The data section start

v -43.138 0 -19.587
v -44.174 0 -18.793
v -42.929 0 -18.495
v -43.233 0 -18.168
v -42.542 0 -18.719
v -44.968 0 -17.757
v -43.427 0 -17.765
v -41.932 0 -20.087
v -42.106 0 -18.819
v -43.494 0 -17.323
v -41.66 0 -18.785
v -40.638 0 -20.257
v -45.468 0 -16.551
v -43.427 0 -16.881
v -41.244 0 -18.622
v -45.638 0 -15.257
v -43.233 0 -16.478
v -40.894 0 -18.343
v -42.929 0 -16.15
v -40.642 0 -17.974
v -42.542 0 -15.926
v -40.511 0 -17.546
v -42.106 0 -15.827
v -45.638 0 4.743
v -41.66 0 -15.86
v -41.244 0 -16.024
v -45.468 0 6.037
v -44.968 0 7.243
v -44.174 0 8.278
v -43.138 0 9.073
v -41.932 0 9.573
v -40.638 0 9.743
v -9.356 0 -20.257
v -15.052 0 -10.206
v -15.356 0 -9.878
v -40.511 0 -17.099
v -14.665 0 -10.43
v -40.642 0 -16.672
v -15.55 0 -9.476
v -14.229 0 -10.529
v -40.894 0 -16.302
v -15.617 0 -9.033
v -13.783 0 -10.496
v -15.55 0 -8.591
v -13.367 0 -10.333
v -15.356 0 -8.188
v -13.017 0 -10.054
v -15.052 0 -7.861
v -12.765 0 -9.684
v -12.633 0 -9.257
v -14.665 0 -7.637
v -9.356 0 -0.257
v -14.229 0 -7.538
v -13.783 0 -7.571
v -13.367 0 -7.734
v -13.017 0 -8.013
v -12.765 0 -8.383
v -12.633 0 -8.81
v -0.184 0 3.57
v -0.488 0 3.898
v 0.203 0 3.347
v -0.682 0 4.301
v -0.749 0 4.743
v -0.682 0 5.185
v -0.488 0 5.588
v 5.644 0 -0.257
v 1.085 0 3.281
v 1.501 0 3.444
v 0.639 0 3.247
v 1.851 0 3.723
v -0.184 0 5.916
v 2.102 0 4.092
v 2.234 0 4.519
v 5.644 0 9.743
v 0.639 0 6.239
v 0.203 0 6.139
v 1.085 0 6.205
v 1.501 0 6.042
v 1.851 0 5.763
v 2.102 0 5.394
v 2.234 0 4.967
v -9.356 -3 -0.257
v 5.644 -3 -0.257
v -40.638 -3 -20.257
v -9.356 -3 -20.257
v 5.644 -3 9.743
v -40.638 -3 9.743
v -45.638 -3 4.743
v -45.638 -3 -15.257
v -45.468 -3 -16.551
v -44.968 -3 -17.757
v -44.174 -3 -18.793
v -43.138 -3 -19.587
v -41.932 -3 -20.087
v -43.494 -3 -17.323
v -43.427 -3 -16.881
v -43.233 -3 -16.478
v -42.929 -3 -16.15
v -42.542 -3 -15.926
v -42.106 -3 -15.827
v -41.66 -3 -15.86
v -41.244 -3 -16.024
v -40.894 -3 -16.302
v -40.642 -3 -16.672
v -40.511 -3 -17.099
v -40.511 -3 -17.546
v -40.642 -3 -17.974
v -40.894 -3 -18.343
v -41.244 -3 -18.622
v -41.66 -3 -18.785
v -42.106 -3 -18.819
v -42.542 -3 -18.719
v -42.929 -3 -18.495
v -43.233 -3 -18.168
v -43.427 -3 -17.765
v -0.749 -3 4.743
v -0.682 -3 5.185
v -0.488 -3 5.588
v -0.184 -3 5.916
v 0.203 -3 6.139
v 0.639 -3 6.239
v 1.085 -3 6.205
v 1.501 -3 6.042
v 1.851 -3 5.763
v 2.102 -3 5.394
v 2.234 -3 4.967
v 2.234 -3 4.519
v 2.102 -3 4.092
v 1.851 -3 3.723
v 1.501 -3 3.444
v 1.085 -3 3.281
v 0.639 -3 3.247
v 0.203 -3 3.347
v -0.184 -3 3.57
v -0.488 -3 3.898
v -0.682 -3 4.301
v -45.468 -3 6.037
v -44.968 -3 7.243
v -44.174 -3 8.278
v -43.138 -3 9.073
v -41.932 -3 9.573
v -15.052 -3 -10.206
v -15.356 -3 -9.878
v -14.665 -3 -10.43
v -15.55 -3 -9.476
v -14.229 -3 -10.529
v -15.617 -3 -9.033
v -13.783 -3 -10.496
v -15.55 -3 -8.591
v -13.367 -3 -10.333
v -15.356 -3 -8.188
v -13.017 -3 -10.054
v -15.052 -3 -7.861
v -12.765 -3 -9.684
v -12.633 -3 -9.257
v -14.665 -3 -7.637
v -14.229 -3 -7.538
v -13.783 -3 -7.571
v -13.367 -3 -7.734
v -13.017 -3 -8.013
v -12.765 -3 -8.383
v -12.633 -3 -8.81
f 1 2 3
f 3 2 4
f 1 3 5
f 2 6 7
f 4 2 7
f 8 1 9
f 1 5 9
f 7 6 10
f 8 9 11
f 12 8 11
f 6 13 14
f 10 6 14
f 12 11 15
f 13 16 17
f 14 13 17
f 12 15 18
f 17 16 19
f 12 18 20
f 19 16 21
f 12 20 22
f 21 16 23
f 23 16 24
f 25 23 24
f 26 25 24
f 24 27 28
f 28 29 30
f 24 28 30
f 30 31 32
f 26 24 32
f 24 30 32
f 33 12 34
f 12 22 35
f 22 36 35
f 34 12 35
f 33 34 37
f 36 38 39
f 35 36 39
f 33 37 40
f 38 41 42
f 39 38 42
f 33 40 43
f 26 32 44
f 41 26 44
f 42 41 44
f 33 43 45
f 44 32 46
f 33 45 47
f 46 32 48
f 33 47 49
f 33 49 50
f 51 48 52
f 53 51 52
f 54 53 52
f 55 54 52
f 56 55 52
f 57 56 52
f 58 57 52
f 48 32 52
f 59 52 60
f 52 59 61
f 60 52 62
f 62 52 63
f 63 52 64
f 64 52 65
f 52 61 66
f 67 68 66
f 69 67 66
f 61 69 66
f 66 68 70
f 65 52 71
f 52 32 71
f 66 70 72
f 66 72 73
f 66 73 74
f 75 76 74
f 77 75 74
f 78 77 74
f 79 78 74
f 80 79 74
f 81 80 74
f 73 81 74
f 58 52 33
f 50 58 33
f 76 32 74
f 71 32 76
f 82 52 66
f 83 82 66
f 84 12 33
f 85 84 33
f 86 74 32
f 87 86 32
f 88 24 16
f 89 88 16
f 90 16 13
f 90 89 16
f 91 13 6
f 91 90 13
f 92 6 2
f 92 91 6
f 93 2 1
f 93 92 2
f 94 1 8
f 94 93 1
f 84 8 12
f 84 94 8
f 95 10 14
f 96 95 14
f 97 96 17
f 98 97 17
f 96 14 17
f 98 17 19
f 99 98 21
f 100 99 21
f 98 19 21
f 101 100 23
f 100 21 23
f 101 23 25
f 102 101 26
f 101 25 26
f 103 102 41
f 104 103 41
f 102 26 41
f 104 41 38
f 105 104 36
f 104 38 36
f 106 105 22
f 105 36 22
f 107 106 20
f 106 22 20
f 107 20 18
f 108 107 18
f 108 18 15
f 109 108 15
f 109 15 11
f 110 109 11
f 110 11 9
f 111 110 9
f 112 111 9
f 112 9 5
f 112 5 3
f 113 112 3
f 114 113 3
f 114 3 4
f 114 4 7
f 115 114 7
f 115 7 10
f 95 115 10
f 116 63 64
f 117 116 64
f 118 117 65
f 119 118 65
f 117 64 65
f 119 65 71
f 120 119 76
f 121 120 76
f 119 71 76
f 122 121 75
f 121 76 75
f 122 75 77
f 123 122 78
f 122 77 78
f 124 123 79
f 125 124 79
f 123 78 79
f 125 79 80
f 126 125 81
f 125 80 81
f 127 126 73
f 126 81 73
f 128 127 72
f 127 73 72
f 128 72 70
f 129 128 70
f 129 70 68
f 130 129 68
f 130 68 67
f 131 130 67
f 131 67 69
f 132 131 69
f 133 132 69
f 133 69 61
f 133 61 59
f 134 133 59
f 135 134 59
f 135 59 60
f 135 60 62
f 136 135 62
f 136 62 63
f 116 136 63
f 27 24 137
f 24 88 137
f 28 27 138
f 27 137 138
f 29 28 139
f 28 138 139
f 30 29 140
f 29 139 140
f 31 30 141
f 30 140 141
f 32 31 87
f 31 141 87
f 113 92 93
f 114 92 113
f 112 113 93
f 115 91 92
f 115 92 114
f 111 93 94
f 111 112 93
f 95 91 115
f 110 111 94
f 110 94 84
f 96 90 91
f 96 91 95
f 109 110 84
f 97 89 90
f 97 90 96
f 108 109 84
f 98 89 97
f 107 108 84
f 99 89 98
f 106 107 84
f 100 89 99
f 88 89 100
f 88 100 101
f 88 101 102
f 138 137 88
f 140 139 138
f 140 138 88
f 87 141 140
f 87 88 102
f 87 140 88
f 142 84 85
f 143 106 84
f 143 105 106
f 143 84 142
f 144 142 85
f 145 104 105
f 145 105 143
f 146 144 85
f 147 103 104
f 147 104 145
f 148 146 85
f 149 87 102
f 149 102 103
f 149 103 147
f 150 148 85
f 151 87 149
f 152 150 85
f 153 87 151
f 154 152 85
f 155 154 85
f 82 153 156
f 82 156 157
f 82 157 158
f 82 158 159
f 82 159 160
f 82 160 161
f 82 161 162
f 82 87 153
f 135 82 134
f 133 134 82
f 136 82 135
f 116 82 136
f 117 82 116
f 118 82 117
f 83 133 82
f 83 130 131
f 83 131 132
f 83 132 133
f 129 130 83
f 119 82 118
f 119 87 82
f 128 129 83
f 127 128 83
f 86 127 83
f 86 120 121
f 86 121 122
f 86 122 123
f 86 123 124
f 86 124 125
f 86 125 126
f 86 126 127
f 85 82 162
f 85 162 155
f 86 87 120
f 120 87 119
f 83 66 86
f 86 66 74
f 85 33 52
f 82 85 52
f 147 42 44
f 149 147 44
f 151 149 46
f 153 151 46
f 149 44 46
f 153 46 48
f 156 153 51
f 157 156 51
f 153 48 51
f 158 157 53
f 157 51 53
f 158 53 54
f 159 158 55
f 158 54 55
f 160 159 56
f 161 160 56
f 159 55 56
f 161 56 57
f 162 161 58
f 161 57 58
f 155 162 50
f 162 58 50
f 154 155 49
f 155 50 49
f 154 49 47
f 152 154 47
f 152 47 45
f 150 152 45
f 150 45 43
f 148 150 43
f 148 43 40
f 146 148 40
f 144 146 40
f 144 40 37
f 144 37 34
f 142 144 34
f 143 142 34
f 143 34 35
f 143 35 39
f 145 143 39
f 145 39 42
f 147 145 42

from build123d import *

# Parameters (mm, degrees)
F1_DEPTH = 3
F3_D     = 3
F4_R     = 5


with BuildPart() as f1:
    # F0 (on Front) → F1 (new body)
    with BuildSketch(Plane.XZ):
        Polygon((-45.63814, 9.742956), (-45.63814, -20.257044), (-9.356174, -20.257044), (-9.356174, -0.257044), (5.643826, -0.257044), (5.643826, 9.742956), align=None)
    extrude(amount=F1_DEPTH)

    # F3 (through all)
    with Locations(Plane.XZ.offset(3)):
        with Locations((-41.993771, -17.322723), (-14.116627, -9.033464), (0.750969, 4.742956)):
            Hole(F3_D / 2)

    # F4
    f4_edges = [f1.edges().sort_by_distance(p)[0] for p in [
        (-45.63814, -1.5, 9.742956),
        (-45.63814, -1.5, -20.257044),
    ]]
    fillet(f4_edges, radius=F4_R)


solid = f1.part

The data section end

Task to complete >>
Nothing beyond the line containing "v -42.542 0 -15.926" is to be output; the lines above, from the first one onward to that line, are to be transcribed exactly.

Exercise output >>
v -43.138 0 -19.587
v -44.174 0 -18.793
v -42.929 0 -18.495
v -43.233 0 -18.168
v -42.542 0 -18.719
v -44.968 0 -17.757
v -43.427 0 -17.765
v -41.932 0 -20.087
v -42.106 0 -18.819
v -43.494 0 -17.323
v -41.66 0 -18.785
v -40.638 0 -20.257
v -45.468 0 -16.551
v -43.427 0 -16.881
v -41.244 0 -18.622
v -45.638 0 -15.257
v -43.233 0 -16.478
v -40.894 0 -18.343
v -42.929 0 -16.15
v -40.642 0 -17.974
v -42.542 0 -15.926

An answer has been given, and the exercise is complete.